What to work on: Would you reproduce, without any alteration, the lines from the opening line of the entries through the line that has "#31=EDGE_LOOP('',(#30));" in it?

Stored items
╔══

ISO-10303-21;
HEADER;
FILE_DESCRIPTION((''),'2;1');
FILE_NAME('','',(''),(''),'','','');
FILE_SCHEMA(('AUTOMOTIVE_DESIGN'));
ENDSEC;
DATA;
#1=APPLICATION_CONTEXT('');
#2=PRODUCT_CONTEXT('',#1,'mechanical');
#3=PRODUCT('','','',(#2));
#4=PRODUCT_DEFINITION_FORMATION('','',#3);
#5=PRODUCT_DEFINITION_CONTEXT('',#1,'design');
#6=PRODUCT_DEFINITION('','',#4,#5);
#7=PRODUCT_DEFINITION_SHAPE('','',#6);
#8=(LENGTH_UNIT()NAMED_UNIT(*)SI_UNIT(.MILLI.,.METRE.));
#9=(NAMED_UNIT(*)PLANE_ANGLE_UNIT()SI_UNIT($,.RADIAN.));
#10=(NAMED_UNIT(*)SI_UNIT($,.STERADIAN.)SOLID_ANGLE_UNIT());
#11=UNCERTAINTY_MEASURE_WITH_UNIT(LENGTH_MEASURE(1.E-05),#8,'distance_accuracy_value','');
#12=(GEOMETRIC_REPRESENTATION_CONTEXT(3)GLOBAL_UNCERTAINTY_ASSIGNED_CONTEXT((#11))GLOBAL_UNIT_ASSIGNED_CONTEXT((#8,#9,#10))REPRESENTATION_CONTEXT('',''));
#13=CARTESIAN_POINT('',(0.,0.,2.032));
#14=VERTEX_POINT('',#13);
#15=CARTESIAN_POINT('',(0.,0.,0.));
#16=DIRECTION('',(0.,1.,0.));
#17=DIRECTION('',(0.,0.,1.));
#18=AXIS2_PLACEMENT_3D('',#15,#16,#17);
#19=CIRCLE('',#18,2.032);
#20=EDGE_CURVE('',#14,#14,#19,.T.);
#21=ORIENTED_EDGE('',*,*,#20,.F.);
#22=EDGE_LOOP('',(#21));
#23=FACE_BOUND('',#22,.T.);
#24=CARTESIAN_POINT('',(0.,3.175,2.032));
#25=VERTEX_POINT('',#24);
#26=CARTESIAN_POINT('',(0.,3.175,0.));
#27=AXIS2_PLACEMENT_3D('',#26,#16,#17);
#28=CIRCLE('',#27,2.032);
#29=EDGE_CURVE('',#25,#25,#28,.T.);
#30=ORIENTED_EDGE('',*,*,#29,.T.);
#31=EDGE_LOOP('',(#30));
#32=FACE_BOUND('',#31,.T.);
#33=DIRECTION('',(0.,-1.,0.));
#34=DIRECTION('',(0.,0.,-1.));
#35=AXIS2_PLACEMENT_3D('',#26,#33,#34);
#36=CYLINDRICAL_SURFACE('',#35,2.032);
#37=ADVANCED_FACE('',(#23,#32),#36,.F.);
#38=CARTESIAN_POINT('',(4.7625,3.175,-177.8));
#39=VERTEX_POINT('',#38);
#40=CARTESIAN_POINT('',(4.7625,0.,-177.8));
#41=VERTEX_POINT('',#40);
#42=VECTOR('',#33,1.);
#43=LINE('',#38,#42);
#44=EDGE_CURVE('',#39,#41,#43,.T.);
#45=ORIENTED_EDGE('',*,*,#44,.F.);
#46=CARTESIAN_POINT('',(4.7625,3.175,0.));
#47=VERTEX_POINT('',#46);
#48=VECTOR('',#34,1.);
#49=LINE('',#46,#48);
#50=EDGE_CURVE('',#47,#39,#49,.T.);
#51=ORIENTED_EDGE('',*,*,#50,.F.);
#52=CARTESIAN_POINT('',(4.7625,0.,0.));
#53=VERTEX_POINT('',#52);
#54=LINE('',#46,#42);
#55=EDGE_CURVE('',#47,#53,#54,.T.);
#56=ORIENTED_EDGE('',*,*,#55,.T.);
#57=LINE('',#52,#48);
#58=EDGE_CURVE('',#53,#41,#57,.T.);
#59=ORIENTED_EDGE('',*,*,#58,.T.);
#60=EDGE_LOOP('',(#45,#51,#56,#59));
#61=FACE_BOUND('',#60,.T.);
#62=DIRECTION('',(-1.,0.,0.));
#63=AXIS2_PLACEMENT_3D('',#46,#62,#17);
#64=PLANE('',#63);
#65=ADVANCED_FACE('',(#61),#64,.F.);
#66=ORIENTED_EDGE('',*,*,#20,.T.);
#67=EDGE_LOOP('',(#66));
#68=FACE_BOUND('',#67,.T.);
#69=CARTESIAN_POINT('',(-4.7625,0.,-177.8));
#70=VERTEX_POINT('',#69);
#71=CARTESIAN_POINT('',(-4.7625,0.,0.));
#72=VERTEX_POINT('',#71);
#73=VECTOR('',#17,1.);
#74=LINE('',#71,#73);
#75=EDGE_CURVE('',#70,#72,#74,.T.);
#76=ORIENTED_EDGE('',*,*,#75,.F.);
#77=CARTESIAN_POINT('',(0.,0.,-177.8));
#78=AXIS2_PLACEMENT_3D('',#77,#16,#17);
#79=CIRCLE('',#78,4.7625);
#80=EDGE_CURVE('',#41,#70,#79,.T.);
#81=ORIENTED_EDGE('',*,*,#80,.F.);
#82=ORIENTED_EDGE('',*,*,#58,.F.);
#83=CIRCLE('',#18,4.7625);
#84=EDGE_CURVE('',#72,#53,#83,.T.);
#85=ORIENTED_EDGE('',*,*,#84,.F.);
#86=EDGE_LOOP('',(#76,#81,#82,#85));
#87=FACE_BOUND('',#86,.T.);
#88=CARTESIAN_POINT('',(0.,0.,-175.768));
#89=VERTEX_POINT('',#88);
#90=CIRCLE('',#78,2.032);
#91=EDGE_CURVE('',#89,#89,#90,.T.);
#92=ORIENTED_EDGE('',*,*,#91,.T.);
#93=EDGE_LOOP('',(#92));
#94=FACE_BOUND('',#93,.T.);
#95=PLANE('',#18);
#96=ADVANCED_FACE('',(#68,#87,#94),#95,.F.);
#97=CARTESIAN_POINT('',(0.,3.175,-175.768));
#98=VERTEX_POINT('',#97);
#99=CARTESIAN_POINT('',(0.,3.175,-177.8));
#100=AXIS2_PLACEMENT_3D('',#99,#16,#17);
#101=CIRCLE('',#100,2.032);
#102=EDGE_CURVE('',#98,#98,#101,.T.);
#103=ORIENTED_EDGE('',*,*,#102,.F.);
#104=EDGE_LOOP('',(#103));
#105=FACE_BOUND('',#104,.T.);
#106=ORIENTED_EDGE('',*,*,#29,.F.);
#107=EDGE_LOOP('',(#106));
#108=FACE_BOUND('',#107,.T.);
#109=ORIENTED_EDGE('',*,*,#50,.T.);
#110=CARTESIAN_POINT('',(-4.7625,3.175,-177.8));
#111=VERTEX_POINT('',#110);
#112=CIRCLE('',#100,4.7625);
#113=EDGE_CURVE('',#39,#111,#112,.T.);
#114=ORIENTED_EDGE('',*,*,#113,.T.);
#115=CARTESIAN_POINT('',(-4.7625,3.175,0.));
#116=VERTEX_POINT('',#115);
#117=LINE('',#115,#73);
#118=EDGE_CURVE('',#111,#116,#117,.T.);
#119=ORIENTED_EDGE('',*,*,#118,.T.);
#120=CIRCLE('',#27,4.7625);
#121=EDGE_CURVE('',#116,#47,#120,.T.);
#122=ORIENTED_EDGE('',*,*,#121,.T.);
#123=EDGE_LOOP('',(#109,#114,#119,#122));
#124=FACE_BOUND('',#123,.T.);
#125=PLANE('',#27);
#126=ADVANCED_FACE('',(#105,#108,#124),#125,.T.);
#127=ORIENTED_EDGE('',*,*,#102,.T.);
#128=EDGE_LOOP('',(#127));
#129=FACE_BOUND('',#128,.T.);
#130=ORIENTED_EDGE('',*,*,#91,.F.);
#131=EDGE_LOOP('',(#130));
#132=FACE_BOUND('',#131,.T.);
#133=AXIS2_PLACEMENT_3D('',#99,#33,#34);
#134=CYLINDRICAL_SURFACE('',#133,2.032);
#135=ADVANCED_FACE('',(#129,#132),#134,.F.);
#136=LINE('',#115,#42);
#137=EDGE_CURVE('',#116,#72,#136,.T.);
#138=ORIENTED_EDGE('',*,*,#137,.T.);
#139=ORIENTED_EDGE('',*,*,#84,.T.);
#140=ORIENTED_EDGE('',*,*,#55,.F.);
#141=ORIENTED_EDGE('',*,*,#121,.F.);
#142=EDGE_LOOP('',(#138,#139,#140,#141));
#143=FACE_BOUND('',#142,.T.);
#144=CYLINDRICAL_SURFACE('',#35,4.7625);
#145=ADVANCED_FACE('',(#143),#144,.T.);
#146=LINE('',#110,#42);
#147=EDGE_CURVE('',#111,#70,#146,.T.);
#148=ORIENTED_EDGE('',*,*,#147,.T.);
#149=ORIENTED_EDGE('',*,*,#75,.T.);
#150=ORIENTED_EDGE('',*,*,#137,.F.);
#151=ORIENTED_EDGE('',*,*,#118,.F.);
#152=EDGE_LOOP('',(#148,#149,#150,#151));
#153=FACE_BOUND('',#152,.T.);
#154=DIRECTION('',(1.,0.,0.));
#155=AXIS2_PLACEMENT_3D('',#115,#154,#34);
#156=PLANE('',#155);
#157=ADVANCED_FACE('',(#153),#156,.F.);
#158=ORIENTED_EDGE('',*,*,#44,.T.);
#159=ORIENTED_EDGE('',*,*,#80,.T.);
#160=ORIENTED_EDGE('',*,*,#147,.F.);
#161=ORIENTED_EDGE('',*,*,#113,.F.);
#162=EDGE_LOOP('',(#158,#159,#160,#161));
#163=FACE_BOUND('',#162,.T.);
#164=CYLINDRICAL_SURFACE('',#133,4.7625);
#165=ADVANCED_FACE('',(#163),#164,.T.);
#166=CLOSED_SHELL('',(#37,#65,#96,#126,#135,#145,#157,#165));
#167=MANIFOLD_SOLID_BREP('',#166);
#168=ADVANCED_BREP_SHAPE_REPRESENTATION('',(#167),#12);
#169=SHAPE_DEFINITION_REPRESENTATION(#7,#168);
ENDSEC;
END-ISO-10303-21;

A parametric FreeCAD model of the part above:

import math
import FreeCAD as App
import Part
import Sketcher

V = App.Vector
Q = App.Units.Quantity

doc = App.newDocument("Part")
params = doc.addObject("Spreadsheet::Sheet", "Params")
for row, (alias, value) in enumerate([
    ("sketch1_diameter", "0.16 in"),
    ("sketch1_height", "7 in"),
    ("sketch1_radius", "0.1875 in"),
    ("pad1_length", "0.125 in"),
], start=1):
    params.set(f"A{row}", alias)
    params.set(f"B{row}", "=" + value)
    params.setAlias(f"B{row}", alias)

body = doc.addObject("PartDesign::Body", "Body")

# Sketch on XZ plane
sketch1 = doc.addObject("Sketcher::SketchObject", "Sketch")
body.addObject(sketch1)
sketch1.AttachmentSupport = (doc.XZ_Plane, [""])
sketch1.MapMode = "FlatFace"
sketch1.addGeometry(Part.LineSegment(V(-4.8, -177.8, 0), V(-4.8, 0, 0)), False)
sketch1.addGeometry(Part.ArcOfCircle(Part.Circle(V(0, 0, 0), V(0, 0, 1), 4.8), math.radians(0), math.radians(180)), False)
sketch1.addGeometry(Part.LineSegment(V(4.8, 0, 0), V(4.8, -177.8, 0)), False)
sketch1.addGeometry(Part.ArcOfCircle(Part.Circle(V(0, -177.8, 0), V(0, 0, 1), 4.8), math.radians(180), math.radians(360)), False)
sketch1.addGeometry(Part.Circle(V(0, 0, 0), V(0, 0, 1), 2), False)
sketch1.addGeometry(Part.Circle(V(0, -177.8, 0), V(0, 0, 1), 2), False)
sketch1.addConstraint(Sketcher.Constraint("Tangent", 0, 2, 1, 2))
sketch1.addConstraint(Sketcher.Constraint("Tangent", 1, 1, 2, 1))
sketch1.addConstraint(Sketcher.Constraint("Tangent", 2, 2, 3, 2))
sketch1.addConstraint(Sketcher.Constraint("Tangent", 3, 1, 0, 1))
sketch1.addConstraint(Sketcher.Constraint("Vertical", 0))
sketch1.addConstraint(Sketcher.Constraint("Vertical", 2))
sketch1.addConstraint(Sketcher.Constraint("Coincident", 1, 3, -1, 1))
sketch1.addConstraint(Sketcher.Constraint("Coincident", 4, 3, -1, 1))
sketch1.addConstraint(Sketcher.Constraint("Coincident", 5, 3, 3, 3))
sketch1.addConstraint(Sketcher.Constraint("Equal", 4, 5))
sketch1.addConstraint(Sketcher.Constraint("Diameter", 4, Q("0.16 in")))
sketch1.addConstraint(Sketcher.Constraint("DistanceY", 0, 1, 0, 2, Q("7 in")))
sketch1.addConstraint(Sketcher.Constraint("Radius", 1, Q("0.1875 in")))
sketch1.setExpression("Constraints[10]", "Params.sketch1_diameter")
sketch1.setExpression("Constraints[11]", "Params.sketch1_height")
sketch1.setExpression("Constraints[12]", "Params.sketch1_radius")
pad1 = doc.addObject("PartDesign::Pad", "Pad")
body.addObject(pad1)
pad1.Profile = sketch1
pad1.setExpression("Length", "Params.pad1_length")
pad1.Reversed = True

doc.recompute()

╚══

Response to this exercise:
ISO-10303-21;
HEADER;
FILE_DESCRIPTION((''),'2;1');
FILE_NAME('','',(''),(''),'','','');
FILE_SCHEMA(('AUTOMOTIVE_DESIGN'));
ENDSEC;
DATA;
#1=APPLICATION_CONTEXT('');
#2=PRODUCT_CONTEXT('',#1,'mechanical');
#3=PRODUCT('','','',(#2));
#4=PRODUCT_DEFINITION_FORMATION('','',#3);
#5=PRODUCT_DEFINITION_CONTEXT('',#1,'design');
#6=PRODUCT_DEFINITION('','',#4,#5);
#7=PRODUCT_DEFINITION_SHAPE('','',#6);
#8=(LENGTH_UNIT()NAMED_UNIT(*)SI_UNIT(.MILLI.,.METRE.));
#9=(NAMED_UNIT(*)PLANE_ANGLE_UNIT()SI_UNIT($,.RADIAN.));
#10=(NAMED_UNIT(*)SI_UNIT($,.STERADIAN.)SOLID_ANGLE_UNIT());
#11=UNCERTAINTY_MEASURE_WITH_UNIT(LENGTH_MEASURE(1.E-05),#8,'distance_accuracy_value','');
#12=(GEOMETRIC_REPRESENTATION_CONTEXT(3)GLOBAL_UNCERTAINTY_ASSIGNED_CONTEXT((#11))GLOBAL_UNIT_ASSIGNED_CONTEXT((#8,#9,#10))REPRESENTATION_CONTEXT('',''));
#13=CARTESIAN_POINT('',(0.,0.,2.032));
#14=VERTEX_POINT('',#13);
#15=CARTESIAN_POINT('',(0.,0.,0.));
#16=DIRECTION('',(0.,1.,0.));
#17=DIRECTION('',(0.,0.,1.));
#18=AXIS2_PLACEMENT_3D('',#15,#16,#17);
#19=CIRCLE('',#18,2.032);
#20=EDGE_CURVE('',#14,#14,#19,.T.);
#21=ORIENTED_EDGE('',*,*,#20,.F.);
#22=EDGE_LOOP('',(#21));
#23=FACE_BOUND('',#22,.T.);
#24=CARTESIAN_POINT('',(0.,3.175,2.032));
#25=VERTEX_POINT('',#24);
#26=CARTESIAN_POINT('',(0.,3.175,0.));
#27=AXIS2_PLACEMENT_3D('',#26,#16,#17);
#28=CIRCLE('',#27,2.032);
#29=EDGE_CURVE('',#25,#25,#28,.T.);
#30=ORIENTED_EDGE('',*,*,#29,.T.);
#31=EDGE_LOOP('',(#30));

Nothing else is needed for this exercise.